Andy Waine

Personal information
- Full name: Andrew Paul Waine
- Date of birth: 24 February 1983 (age 42)
- Place of birth: Manchester, England
- Position(s): Midfielder

Senior career*
- Years: Team / Apps / (Gls)
- 2002–2003: Burnley / 2 / (0)
- 2003: Accrington Stanley / 1 / (0)
- 2003–2005: Hyde United / 22 / (3)
- Total:  / 25 / (3)

= Andy Waine =

English footballer

Andrew Paul Waine (born 24 February 1983) is an English former professional footballer who played as a midfielder. Born in Manchester, he started his career with Burnley, and made two appearances in the Football League First Division in the 2002–03 season. He progressed through the youth ranks at Burnley having joined the club in 1999, and made his debut for the club on 19 April 2003, coming on as a substitute for Robbie Blake in the 2–0 victory over Gillingham. His second and final game for the Clarets came 4 May 2003, when he again came off the substitutes' bench in the 1–2 defeat away at Wimbledon.

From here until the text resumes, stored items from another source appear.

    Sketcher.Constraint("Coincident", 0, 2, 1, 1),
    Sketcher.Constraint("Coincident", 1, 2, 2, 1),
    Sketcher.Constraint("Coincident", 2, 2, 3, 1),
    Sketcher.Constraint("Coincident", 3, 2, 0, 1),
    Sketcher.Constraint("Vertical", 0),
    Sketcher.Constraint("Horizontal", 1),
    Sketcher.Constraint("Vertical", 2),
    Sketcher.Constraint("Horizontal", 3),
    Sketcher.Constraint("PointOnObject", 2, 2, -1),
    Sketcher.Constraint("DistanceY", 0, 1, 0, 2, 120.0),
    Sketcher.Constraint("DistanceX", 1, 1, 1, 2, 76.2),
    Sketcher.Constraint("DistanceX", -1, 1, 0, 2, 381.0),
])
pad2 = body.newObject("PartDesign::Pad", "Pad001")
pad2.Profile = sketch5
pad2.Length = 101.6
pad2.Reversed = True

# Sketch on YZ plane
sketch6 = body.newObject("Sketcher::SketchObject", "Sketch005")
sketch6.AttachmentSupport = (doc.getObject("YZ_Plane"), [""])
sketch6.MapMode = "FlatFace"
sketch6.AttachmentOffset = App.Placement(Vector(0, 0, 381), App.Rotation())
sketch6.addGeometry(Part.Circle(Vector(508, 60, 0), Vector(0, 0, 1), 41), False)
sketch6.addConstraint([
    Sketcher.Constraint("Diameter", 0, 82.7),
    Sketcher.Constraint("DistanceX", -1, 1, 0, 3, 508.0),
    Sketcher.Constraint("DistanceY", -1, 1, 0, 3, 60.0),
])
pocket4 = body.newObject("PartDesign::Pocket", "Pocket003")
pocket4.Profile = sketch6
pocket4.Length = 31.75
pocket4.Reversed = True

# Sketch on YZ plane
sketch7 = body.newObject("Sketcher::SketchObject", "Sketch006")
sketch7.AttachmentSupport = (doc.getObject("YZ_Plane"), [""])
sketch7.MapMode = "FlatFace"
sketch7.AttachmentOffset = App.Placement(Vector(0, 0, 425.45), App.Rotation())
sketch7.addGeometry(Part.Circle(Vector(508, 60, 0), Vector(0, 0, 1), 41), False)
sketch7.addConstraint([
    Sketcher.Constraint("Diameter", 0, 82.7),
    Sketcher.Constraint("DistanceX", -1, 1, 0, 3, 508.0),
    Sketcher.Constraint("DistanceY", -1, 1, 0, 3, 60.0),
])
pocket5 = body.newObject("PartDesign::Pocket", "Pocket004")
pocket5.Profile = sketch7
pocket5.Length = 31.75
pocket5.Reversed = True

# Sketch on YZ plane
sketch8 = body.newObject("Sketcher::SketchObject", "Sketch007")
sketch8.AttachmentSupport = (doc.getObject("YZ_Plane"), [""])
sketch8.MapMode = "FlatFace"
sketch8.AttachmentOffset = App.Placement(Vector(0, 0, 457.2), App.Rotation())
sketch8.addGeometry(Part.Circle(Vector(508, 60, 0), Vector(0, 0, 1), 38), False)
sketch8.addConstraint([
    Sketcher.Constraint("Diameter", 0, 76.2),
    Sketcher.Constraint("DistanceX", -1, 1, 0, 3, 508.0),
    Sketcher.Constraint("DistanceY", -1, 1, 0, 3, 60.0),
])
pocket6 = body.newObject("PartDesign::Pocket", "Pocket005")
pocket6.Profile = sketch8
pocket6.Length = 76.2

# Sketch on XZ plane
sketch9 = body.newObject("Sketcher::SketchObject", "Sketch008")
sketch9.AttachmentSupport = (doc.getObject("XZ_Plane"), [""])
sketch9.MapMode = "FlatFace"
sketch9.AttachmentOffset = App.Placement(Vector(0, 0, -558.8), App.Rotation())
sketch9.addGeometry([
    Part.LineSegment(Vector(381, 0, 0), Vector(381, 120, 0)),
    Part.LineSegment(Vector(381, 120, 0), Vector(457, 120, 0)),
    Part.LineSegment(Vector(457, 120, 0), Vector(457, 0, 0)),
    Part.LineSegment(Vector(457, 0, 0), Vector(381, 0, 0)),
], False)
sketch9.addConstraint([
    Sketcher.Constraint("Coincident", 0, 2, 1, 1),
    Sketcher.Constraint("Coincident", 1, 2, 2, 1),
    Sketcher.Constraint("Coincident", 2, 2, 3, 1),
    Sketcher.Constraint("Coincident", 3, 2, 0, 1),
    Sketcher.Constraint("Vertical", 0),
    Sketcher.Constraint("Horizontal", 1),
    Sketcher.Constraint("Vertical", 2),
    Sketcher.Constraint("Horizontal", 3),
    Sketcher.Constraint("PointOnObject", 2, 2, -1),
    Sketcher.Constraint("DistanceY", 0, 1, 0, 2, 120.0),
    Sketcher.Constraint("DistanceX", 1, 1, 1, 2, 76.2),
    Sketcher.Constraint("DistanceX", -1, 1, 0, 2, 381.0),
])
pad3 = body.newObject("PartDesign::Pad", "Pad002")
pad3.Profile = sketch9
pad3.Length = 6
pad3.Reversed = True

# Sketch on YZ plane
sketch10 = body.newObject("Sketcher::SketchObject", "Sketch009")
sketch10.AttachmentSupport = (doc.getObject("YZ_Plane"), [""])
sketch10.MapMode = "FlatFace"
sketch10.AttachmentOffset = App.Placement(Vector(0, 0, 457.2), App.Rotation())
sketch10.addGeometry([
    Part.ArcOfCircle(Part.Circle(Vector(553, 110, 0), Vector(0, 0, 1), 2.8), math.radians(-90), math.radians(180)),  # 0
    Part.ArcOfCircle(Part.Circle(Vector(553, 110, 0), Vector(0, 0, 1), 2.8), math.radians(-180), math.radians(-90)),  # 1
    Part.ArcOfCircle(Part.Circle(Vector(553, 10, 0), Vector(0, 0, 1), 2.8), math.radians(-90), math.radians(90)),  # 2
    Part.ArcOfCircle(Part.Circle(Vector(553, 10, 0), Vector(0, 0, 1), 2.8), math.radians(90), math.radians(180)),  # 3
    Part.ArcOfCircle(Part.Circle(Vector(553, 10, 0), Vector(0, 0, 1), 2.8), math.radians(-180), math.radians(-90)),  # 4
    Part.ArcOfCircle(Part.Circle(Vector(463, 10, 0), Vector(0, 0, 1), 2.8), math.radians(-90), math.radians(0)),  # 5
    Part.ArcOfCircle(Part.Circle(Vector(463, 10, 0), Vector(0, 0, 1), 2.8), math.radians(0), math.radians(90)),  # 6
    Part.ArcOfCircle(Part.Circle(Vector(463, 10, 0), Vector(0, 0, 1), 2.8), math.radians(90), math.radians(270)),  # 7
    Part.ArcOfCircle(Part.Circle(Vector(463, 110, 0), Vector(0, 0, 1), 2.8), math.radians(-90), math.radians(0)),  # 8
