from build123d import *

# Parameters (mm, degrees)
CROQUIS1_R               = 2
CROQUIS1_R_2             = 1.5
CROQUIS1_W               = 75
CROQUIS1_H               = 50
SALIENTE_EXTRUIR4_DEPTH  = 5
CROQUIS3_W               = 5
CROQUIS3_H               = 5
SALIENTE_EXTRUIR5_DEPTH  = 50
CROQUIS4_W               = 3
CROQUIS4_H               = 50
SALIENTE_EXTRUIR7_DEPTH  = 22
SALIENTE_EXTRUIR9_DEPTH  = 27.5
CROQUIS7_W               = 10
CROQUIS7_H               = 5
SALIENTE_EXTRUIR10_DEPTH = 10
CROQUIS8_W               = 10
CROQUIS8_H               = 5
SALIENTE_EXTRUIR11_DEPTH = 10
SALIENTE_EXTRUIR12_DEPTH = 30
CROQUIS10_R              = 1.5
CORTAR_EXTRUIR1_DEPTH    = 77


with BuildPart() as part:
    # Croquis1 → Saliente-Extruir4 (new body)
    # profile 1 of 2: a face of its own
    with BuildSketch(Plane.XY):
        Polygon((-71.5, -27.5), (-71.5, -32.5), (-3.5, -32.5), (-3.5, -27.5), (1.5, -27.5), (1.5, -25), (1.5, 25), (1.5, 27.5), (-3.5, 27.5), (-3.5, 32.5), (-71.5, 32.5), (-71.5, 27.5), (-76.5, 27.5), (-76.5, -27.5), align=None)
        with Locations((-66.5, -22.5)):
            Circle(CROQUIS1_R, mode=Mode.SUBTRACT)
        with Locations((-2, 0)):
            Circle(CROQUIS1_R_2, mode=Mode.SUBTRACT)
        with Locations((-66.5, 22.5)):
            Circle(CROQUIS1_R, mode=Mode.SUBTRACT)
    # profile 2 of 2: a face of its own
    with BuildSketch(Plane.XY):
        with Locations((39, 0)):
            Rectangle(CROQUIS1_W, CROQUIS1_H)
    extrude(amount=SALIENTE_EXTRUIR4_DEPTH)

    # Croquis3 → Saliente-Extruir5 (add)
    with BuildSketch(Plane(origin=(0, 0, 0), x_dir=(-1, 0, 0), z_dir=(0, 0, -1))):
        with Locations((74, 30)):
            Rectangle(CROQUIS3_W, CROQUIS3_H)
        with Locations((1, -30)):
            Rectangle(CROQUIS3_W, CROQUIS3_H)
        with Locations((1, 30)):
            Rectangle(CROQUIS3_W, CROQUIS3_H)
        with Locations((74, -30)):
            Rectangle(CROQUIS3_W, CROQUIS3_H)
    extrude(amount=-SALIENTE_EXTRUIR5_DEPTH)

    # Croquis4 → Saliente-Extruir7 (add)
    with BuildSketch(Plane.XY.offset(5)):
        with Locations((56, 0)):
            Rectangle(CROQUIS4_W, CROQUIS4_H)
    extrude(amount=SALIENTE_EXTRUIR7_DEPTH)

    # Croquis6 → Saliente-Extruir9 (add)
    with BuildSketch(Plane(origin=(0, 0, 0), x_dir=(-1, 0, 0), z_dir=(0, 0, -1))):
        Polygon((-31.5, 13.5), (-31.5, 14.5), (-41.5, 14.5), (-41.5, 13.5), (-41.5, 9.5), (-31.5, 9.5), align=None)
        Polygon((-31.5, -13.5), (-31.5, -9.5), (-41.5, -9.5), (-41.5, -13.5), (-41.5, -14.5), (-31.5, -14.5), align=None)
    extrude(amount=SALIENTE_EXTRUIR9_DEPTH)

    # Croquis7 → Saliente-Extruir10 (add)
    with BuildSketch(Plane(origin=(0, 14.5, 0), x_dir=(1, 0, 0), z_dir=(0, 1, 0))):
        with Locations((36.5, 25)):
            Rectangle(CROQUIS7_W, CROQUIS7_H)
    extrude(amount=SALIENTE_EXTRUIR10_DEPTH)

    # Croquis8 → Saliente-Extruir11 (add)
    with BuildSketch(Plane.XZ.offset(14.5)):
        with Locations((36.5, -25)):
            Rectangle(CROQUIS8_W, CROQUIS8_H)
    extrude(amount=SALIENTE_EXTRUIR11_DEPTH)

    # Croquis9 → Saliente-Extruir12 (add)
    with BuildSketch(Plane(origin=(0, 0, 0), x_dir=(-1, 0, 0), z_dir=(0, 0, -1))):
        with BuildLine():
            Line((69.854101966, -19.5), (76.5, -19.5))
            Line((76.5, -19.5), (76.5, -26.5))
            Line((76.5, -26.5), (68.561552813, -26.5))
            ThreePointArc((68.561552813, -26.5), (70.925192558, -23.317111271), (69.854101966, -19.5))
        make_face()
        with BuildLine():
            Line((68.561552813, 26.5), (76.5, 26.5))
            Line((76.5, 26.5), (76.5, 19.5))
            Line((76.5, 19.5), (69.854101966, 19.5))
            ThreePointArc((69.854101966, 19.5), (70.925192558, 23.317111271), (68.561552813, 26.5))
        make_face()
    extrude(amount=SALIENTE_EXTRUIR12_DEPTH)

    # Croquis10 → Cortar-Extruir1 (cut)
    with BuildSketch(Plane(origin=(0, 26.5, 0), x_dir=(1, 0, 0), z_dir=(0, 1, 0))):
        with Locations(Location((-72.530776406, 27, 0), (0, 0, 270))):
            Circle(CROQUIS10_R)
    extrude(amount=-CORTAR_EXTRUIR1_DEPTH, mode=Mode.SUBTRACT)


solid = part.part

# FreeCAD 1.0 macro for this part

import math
import FreeCAD as App
import Part
import Sketcher

V = App.Vector

doc = App.newDocument("Part")
body = doc.addObject("PartDesign::Body", "Body")

# Sketch on XY plane
sketch1 = body.newObject("Sketcher::SketchObject", "Sketch")
sketch1.AttachmentSupport = (doc.getObject("XY_Plane"), [""])
sketch1.MapMode = "FlatFace"
sketch1.addGeometry(Part.LineSegment(V(-71.5, -27.5, 0), V(-71.5, -32.5, 0)), False)
sketch1.addGeometry(Part.LineSegment(V(-71.5, -32.5, 0), V(-3.5, -32.5, 0)), False)
sketch1.addGeometry(Part.LineSegment(V(-3.5, -32.5, 0), V(-3.5, -27.5, 0)), False)
sketch1.addGeometry(Part.LineSegment(V(-3.5, -27.5, 0), V(1.5, -27.5, 0)), False)
sketch1.addGeometry(Part.LineSegment(V(1.5, -27.5, 0), V(1.5, -25, 0)), False)
sketch1.addGeometry(Part.LineSegment(V(1.5, -25, 0), V(76.5, -25, 0)), False)
sketch1.addGeometry(Part.LineSegment(V(76.5, -25, 0), V(76.5, 25, 0)), False)
sketch1.addGeometry(Part.LineSegment(V(76.5, 25, 0), V(1.5, 25, 0)), False)
sketch1.addGeometry(Part.LineSegment(V(1.5, 25, 0), V(1.5, 27.5, 0)), False)
sketch1.addGeometry(Part.LineSegment(V(1.5, 27.5, 0), V(-3.5, 27.5, 0)), False)
sketch1.addGeometry(Part.LineSegment(V(-3.5, 27.5, 0), V(-3.5, 32.5, 0)), False)
sketch1.addGeometry(Part.LineSegment(V(-3.5, 32.5, 0), V(-71.5, 32.5, 0)), False)
sketch1.addGeometry(Part.LineSegment(V(-71.5, 32.5, 0), V(-71.5, 27.5, 0)), False)
sketch1.addGeometry(Part.LineSegment(V(-71.5, 27.5, 0), V(-76.5, 27.5, 0)), False)
sketch1.addGeometry(Part.LineSegment(V(-76.5, 27.5, 0), V(-76.5, -27.5, 0)), False)
sketch1.addGeometry(Part.LineSegment(V(-76.5, -27.5, 0), V(-71.5, -27.5, 0)), False)
sketch1.addGeometry(Part.Circle(V(-66.5, -22.5, 0), V(0, 0, 1), 2), False)
sketch1.addGeometry(Part.Circle(V(-2, 0, 0), V(0, 0, 1), 1.5), False)
sketch1.addGeometry(Part.Circle(V(-66.5, 22.5, 0), V(0, 0, 1), 2), False)
sketch1.addConstraint(Sketcher.Constraint("Coincident", 0, 2, 1, 1))
sketch1.addConstraint(Sketcher.Constraint("Coincident", 1, 2, 2, 1))
sketch1.addConstraint(Sketcher.Constraint("Coincident", 2, 2, 3, 1))
sketch1.addConstraint(Sketcher.Constraint("Coincident", 3, 2, 4, 1))
sketch1.addConstraint(Sketcher.Constraint("Coincident", 4, 2, 5, 1))
sketch1.addConstraint(Sketcher.Constraint("Coincident", 5, 2, 6, 1))
sketch1.addConstraint(Sketcher.Constraint("Coincident", 6, 2, 7, 1))
sketch1.addConstraint(Sketcher.Constraint("Coincident", 7, 2, 8, 1))
sketch1.addConstraint(Sketcher.Constraint("Coincident", 8, 2, 9, 1))
sketch1.addConstraint(Sketcher.Constraint("Coincident", 9, 2, 10, 1))
sketch1.addConstraint(Sketcher.Constraint("Coincident", 10, 2, 11, 1))
sketch1.addConstraint(Sketcher.Constraint("Coincident", 11, 2, 12, 1))
sketch1.addConstraint(Sketcher.Constraint("Coincident", 12, 2, 13, 1))
sketch1.addConstraint(Sketcher.Constraint("Coincident", 13, 2, 14, 1))
sketch1.addConstraint(Sketcher.Constraint("Coincident", 14, 2, 15, 1))
sketch1.addConstraint(Sketcher.Constraint("Coincident", 15, 2, 0, 1))
sketch1.addConstraint(Sketcher.Constraint("Vertical", 0))
sketch1.addConstraint(Sketcher.Constraint("Horizontal", 1))
sketch1.addConstraint(Sketcher.Constraint("Vertical", 2))
sketch1.addConstraint(Sketcher.Constraint("Horizontal", 3))
sketch1.addConstraint(Sketcher.Constraint("Vertical", 4))
sketch1.addConstraint(Sketcher.Constraint("Horizontal", 5))
sketch1.addConstraint(Sketcher.Constraint("Vertical", 6))
sketch1.addConstraint(Sketcher.Constraint("Horizontal", 7))
sketch1.addConstraint(Sketcher.Constraint("Vertical", 8))
sketch1.addConstraint(Sketcher.Constraint("Horizontal", 9))
sketch1.addConstraint(Sketcher.Constraint("Vertical", 10))
sketch1.addConstraint(Sketcher.Constraint("Horizontal", 11))
sketch1.addConstraint(Sketcher.Constraint("Vertical", 12))
sketch1.addConstraint(Sketcher.Constraint("Horizontal", 13))
sketch1.addConstraint(Sketcher.Constraint("Vertical", 14))
sketch1.addConstraint(Sketcher.Constraint("Horizontal", 15))
sketch1.addConstraint(Sketcher.Constraint("Equal", 16, 18))
sketch1.addConstraint(Sketcher.Constraint("Symmetric", 16, 3, 18, 3, -1))
sketch1.addConstraint(Sketcher.Constraint("Symmetric", 4, 2, 7, 2, -1))
sketch1.addConstraint(Sketcher.Constraint("Symmetric", 2, 2, 9, 2, -1))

He was released by Burnley in the summer of 2003, and joined local Football Conference side Accrington Stanley. He again found first-team opportunities limited and played only one league game for the side, replacing Lutel James in their 1–0 win against Scarborough on 25 August 2003. He was released by Accrington and joined Northern Premier League side Hyde United. Waine made his debut for Hyde United on 15 December 2003 against Colwyn Bay and scored his first goal for the club on his first start, in a 3–4 loss away at Witton Albion. He went on to play a total of 38 first-team games for the side, scoring three goals. He made his last appearance for the club on 5 February 2005, coming on as a substitute in Hyde's 0–3 defeat to Hereford United in the FA Trophy.